33.10 Identifying extreme and representative runs

We can isolate extreme cases for closer inspection.

final_results <- results_harvest_adj_var |>
  filter(`[step]` == max(`[step]`))

extremes <- final_results |>
  arrange(`total-households`) |>
  slice(c(1, n()))

results_harvest_adj_var |>
  filter(`[run number]` %in% extremes$`[run number]`) |>
  ggplot(aes(x = `[step]`, y = `total-households`,
             group = `[run number]`,
             colour = factor(`[run number]`))) +
  geom_line() +
  labs(
    x = "Time step",
    y = "Population size",
    colour = "Run"
  )

This reconnects aggregate statistics with individual simulated histories.
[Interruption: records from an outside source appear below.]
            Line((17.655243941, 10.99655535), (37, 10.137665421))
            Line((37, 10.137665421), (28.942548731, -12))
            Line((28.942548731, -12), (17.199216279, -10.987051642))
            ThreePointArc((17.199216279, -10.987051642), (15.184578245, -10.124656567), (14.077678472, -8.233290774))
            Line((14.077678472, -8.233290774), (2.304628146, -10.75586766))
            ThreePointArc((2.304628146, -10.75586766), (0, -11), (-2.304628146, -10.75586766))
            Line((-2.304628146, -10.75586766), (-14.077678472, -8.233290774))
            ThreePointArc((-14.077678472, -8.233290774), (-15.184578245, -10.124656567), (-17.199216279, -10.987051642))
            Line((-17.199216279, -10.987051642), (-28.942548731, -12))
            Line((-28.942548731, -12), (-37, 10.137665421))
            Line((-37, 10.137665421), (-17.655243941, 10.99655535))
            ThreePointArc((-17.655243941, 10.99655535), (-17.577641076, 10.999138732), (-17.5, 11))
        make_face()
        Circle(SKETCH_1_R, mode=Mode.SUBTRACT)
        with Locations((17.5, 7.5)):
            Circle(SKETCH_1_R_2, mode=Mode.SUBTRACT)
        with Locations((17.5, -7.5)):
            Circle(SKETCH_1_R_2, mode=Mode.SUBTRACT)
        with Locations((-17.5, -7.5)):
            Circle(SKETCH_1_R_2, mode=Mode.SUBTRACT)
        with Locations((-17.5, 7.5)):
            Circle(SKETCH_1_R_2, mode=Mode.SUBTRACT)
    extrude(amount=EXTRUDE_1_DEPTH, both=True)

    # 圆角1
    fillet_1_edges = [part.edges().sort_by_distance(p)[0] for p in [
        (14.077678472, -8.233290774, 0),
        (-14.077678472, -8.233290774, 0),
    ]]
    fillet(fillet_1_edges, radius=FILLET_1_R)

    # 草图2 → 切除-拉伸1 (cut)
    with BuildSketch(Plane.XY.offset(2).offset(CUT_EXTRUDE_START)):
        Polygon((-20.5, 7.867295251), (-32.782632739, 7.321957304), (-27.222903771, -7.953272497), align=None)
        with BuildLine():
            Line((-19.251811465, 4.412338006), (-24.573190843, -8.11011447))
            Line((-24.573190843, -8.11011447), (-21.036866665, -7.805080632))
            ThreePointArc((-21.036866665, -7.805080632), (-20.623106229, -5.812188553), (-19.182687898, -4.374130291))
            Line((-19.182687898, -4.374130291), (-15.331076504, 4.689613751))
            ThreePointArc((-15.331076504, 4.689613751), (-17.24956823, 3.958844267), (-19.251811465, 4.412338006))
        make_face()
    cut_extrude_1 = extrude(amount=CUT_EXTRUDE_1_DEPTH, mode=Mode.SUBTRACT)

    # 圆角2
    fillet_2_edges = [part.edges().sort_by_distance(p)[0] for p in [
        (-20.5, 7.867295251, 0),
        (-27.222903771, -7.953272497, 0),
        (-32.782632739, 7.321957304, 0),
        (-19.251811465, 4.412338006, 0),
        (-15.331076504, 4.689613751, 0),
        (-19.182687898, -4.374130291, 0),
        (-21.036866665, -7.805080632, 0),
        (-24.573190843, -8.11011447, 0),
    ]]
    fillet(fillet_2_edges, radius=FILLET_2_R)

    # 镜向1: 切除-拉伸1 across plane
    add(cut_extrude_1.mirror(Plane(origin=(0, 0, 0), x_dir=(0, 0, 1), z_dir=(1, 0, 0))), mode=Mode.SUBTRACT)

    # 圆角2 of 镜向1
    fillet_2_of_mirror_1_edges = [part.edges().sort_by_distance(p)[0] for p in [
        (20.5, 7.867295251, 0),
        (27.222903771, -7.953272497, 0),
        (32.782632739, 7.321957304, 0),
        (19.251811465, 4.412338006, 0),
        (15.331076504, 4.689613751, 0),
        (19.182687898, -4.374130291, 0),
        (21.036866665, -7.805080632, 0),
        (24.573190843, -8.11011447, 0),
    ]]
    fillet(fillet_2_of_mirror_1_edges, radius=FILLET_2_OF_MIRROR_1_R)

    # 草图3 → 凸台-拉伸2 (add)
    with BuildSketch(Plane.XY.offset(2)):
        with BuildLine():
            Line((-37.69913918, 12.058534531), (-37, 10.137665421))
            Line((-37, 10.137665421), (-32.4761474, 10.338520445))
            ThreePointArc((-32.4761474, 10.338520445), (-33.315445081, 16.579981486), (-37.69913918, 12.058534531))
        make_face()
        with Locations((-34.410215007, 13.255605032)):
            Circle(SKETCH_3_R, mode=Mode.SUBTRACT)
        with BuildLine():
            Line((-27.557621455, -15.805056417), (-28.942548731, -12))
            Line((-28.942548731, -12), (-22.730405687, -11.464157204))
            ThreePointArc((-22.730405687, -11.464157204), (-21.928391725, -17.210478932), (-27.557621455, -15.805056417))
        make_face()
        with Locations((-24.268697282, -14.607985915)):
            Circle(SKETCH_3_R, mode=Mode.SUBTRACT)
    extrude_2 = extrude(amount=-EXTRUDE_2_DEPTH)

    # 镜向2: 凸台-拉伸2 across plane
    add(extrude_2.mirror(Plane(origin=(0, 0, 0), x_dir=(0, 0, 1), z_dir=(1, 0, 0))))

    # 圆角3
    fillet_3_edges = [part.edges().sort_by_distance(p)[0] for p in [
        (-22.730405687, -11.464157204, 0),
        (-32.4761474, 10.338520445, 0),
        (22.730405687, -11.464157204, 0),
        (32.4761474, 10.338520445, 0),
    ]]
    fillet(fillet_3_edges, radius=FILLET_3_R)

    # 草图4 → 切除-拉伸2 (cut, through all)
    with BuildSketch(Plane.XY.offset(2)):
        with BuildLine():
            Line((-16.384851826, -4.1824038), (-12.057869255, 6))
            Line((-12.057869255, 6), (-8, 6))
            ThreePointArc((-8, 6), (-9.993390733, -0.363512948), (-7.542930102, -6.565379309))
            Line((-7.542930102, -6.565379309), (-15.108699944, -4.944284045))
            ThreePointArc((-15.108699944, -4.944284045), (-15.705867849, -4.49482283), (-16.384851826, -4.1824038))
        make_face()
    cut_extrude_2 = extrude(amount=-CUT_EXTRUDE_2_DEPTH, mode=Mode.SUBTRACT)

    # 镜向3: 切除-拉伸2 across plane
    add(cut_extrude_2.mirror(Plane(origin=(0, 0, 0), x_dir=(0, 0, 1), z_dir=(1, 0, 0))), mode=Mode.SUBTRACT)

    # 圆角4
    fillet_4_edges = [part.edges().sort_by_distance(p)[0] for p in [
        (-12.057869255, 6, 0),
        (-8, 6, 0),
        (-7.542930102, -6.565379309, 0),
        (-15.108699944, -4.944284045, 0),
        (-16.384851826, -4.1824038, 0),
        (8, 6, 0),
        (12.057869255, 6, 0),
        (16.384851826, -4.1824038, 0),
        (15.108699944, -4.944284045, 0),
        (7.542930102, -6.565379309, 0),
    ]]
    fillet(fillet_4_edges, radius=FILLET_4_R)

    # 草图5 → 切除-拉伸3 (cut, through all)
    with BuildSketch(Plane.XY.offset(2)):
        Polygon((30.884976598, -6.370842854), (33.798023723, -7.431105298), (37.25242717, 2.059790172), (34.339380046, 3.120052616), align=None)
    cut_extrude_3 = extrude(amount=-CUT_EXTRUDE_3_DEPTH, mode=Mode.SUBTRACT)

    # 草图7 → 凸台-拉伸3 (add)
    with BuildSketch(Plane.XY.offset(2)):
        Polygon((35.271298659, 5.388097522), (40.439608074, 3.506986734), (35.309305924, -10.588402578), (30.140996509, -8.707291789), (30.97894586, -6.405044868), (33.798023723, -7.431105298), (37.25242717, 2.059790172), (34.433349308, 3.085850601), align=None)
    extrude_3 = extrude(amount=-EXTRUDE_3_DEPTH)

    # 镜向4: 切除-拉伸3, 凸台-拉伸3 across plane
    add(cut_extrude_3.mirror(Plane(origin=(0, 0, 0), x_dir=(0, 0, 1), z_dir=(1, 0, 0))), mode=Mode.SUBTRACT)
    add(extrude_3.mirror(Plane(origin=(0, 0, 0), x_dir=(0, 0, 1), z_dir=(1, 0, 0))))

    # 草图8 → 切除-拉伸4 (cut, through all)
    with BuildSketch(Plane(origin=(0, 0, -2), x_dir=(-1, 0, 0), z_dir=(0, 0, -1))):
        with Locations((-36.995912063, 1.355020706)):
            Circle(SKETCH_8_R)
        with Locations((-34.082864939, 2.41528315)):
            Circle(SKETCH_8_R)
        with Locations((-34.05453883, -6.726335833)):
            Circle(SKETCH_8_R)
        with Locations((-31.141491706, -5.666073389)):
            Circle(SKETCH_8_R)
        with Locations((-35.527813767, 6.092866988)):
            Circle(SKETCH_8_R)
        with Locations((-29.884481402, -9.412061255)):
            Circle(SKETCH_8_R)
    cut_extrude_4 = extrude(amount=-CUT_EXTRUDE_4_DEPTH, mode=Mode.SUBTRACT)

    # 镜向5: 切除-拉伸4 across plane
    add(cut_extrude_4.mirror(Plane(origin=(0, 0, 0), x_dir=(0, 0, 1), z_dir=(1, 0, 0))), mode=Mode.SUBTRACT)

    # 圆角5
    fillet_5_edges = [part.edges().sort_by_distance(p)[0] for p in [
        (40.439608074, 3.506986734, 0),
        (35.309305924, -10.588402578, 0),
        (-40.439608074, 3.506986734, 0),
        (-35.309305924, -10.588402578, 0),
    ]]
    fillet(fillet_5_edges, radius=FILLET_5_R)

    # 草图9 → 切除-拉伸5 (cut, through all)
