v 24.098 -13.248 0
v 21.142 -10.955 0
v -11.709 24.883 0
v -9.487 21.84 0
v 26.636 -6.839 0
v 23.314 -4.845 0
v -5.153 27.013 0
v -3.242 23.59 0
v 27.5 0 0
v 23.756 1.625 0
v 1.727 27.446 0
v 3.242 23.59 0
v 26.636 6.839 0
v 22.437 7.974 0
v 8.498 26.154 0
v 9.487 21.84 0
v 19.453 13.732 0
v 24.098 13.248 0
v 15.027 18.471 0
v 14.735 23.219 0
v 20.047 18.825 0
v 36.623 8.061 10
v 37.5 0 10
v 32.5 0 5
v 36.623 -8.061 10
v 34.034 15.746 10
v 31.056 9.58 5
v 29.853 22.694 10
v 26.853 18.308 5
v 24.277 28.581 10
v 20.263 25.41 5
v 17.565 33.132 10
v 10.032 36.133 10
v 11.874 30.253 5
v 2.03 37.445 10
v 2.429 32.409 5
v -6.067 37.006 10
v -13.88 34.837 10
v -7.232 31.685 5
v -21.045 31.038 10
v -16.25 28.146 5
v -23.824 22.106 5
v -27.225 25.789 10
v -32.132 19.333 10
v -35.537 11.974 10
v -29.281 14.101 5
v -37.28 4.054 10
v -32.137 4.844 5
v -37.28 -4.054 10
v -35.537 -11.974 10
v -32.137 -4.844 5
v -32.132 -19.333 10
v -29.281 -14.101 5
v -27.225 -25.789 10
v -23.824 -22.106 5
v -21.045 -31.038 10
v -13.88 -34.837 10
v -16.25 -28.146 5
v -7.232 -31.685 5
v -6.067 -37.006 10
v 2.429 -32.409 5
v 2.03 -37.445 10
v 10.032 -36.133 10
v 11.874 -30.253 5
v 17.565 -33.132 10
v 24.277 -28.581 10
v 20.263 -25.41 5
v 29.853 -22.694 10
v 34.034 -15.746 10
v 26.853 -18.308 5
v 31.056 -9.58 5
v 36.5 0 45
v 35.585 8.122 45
33.11 Exercises (with code reuse)

Exercise 1: Distribution

Modify the histogram code to plot:

time to collapse (if available),
or number of occupied settlements.

What changes in the shape of the distribution?

Exercise 2: Parameter comparison

Perform an experiment varying another parameter and compare with the results exploring harvest-adjustment and harvest_variance.

Does this parameter show a stronger or weaker association with outcomes?

Exercise 3: Trajectories

Increase the number of sampled runs to 10.

At what point does overplotting begin to obscure interpretation?